━━━ Records to use ━━━

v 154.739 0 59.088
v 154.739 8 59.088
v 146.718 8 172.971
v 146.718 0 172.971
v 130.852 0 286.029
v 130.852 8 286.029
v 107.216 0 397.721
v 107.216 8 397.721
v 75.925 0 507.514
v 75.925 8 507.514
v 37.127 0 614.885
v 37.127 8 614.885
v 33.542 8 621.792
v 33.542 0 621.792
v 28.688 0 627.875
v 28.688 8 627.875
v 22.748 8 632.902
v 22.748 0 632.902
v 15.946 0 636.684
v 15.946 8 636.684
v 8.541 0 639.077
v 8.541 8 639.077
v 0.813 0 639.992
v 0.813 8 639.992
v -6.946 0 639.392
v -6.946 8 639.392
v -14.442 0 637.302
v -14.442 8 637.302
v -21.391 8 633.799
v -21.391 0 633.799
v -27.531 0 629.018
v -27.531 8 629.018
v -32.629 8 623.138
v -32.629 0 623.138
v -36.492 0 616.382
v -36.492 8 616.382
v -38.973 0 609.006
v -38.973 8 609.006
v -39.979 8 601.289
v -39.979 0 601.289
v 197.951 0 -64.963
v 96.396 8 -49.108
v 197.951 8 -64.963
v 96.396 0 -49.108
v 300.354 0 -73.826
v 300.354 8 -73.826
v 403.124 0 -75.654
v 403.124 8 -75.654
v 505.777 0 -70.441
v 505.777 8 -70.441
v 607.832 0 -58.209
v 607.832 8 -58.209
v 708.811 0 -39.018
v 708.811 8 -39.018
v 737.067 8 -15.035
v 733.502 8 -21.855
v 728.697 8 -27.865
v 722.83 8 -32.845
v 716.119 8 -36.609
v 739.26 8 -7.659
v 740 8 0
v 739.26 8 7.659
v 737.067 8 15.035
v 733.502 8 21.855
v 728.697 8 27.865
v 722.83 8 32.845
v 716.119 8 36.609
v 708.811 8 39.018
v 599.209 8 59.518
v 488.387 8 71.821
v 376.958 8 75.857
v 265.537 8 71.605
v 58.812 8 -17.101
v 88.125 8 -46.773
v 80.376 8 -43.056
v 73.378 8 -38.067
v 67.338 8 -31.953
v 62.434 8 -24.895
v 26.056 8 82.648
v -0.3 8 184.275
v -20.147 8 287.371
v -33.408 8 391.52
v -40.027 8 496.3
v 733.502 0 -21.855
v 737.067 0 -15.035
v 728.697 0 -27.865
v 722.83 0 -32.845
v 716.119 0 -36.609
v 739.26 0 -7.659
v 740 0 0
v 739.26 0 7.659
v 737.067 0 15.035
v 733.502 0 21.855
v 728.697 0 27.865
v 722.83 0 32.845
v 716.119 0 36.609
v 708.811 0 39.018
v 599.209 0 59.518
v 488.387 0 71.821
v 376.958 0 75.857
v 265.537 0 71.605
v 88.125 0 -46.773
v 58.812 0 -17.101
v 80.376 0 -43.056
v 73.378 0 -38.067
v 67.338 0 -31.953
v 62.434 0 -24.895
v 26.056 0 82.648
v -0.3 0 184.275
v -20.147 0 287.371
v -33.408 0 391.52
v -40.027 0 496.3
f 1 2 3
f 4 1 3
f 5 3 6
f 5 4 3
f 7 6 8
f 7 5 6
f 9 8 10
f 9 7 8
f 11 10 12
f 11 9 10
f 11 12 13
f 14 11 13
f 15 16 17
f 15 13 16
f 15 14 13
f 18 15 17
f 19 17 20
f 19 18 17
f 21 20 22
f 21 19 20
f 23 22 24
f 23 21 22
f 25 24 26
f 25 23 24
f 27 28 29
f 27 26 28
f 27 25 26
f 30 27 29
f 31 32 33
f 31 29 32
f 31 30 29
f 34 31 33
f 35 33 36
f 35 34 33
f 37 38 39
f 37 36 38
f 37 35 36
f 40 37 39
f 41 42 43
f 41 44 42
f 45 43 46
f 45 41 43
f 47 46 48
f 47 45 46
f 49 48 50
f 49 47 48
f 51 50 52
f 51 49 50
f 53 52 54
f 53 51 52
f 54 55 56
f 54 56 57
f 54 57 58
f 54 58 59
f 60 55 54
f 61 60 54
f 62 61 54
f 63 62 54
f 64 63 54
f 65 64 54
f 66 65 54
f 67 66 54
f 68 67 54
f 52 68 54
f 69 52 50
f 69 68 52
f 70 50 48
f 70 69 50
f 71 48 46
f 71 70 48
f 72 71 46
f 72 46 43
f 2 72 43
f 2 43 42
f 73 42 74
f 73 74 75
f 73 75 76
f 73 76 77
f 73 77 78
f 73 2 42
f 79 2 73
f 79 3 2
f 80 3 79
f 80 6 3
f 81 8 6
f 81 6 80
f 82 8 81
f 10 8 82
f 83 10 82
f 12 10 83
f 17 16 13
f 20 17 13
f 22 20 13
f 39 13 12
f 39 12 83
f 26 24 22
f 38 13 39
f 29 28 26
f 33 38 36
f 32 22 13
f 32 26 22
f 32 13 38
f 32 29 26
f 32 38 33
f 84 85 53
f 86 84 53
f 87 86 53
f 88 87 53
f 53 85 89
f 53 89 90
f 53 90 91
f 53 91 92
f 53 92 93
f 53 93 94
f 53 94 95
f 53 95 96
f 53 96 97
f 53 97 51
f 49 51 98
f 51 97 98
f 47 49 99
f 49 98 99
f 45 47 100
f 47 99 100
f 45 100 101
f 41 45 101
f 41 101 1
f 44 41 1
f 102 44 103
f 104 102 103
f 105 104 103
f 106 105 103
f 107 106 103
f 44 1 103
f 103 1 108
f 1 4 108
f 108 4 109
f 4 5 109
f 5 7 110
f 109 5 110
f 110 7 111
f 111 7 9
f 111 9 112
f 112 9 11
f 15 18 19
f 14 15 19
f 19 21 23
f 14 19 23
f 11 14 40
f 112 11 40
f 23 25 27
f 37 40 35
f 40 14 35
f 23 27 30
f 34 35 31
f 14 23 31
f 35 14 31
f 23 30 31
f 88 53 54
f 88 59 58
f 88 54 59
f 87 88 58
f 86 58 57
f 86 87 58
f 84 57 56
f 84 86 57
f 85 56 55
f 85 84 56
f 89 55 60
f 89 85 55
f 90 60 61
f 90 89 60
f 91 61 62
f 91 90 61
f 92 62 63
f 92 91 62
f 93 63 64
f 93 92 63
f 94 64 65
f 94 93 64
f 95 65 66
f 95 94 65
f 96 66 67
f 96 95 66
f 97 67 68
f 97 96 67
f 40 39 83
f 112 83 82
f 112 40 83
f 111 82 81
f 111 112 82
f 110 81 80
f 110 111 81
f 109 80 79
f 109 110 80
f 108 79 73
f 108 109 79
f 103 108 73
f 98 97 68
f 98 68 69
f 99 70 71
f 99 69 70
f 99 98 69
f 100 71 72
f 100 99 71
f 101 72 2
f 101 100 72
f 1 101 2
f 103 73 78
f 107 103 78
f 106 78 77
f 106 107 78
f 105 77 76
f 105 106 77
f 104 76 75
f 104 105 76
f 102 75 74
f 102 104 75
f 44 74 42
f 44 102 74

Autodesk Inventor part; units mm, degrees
ref_plane "YZ Plane" through (0, 0, 0) normal (1, 0, 0) x (0, 1, 0)
ref_plane "XZ Plane" through (0, 0, 0) normal (0, 1, 0) x (-1, 0, 0)
ref_plane "XY Plane" through (0, 0, 0) normal (0, 0, 1) x (1, 0, 0)
sketch "Sketch1" plane through (0, 0, 0) normal (0, 1, 0) x (-1, 0, 0)
  line L0 (0, 0) -> (-700, 0) construction
  line L1 (-700, 0) -> (-700, 600) construction
  line L2 (-700, 600) -> (0, 600) construction
  line L3 (0, 600) -> (0, 0) construction
  circle A0 centre (0, 600) radius 40
  line L4 (0, 600) -> (-105.7962, 0) construction
  circle A1 centre (-105.7962, 0) radius 50
  line L5 (1496.5572, 0) -> (-37.1273, 614.8851) construction
  circle A2 centre (-700, 0) radius 40
  circle A3 centre (-1611.5159, 548.0371) radius 1652.3534 construction
  line L6 (-1611.5159, 548.0371) -> (-58.8116, -17.101) construction
  line L7 (-1611.5159, 548.0371) -> (39.9792, 601.2891) construction
  line L8 (1496.5572, 0) -> (-1611.5159, 548.0371) construction
  line L9 (1496.5572, 0) -> (-155.7962, 0) construction
  arc A4 (-58.8116, -17.101) -> (39.9792, 601.2891) centre (-1611.5159, 548.0371) ccw
  arc A5 (-37.1273, 614.8851) -> (-155.7962, 0) centre (1496.5572, 0) ccw
  line L10 (-378.4115, -1424.1422) -> (-96.3957, 49.1084) construction
  line L11 (-708.8106, 39.0176) -> (-378.4115, -1424.1422) construction
  arc A6 (-708.8106, -39.0176) -> (-96.3957, -49.1084) centre (-378.4115, 1424.1422) ccw
  arc A7 (92.5652, 0) -> (-849.3883, 0) centre (-378.4115, 1424.1422) ccw construction
  arc A8 (-849.3883, 0) -> (0, 27.3415) centre (-378.4115, -1424.1422) ccw construction
  arc A9 (-40.1065, 37.2099) -> (-708.8106, 39.0176) centre (-378.4115, -1424.1422) ccw
  point P0 (-106.0172, 49.9995)
  point P1 (-701.1693, 39.9829)
  point P2 (-106.0172, -49.9995)
  point P3 (-701.1693, -39.9829)
  dimension "d0" = 700
  dimension "d1" = 600
  dimension "d3" = 80
  dimension "d5" = 10
  dimension "d7" = 100
  dimension "d9" = 80
extrude "Extrusion2" add sketch "Sketch1" along normal blind 8
properties part number "side"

━━━

■ Work request
Up to and including the line with "v -32.629 8 623.138", print every line of the records from the start.

■ Solution to this task
v 154.739 0 59.088
v 154.739 8 59.088
v 146.718 8 172.971
v 146.718 0 172.971
v 130.852 0 286.029
v 130.852 8 286.029
v 107.216 0 397.721
v 107.216 8 397.721
v 75.925 0 507.514
v 75.925 8 507.514
v 37.127 0 614.885
v 37.127 8 614.885
v 33.542 8 621.792
v 33.542 0 621.792
v 28.688 0 627.875
v 28.688 8 627.875
v 22.748 8 632.902
v 22.748 0 632.902
v 15.946 0 636.684
v 15.946 8 636.684
v 8.541 0 639.077
v 8.541 8 639.077
v 0.813 0 639.992
v 0.813 8 639.992
v -6.946 0 639.392
v -6.946 8 639.392
v -14.442 0 637.302
v -14.442 8 637.302
v -21.391 8 633.799
v -21.391 0 633.799
v -27.531 0 629.018
v -27.531 8 629.018
v -32.629 8 623.138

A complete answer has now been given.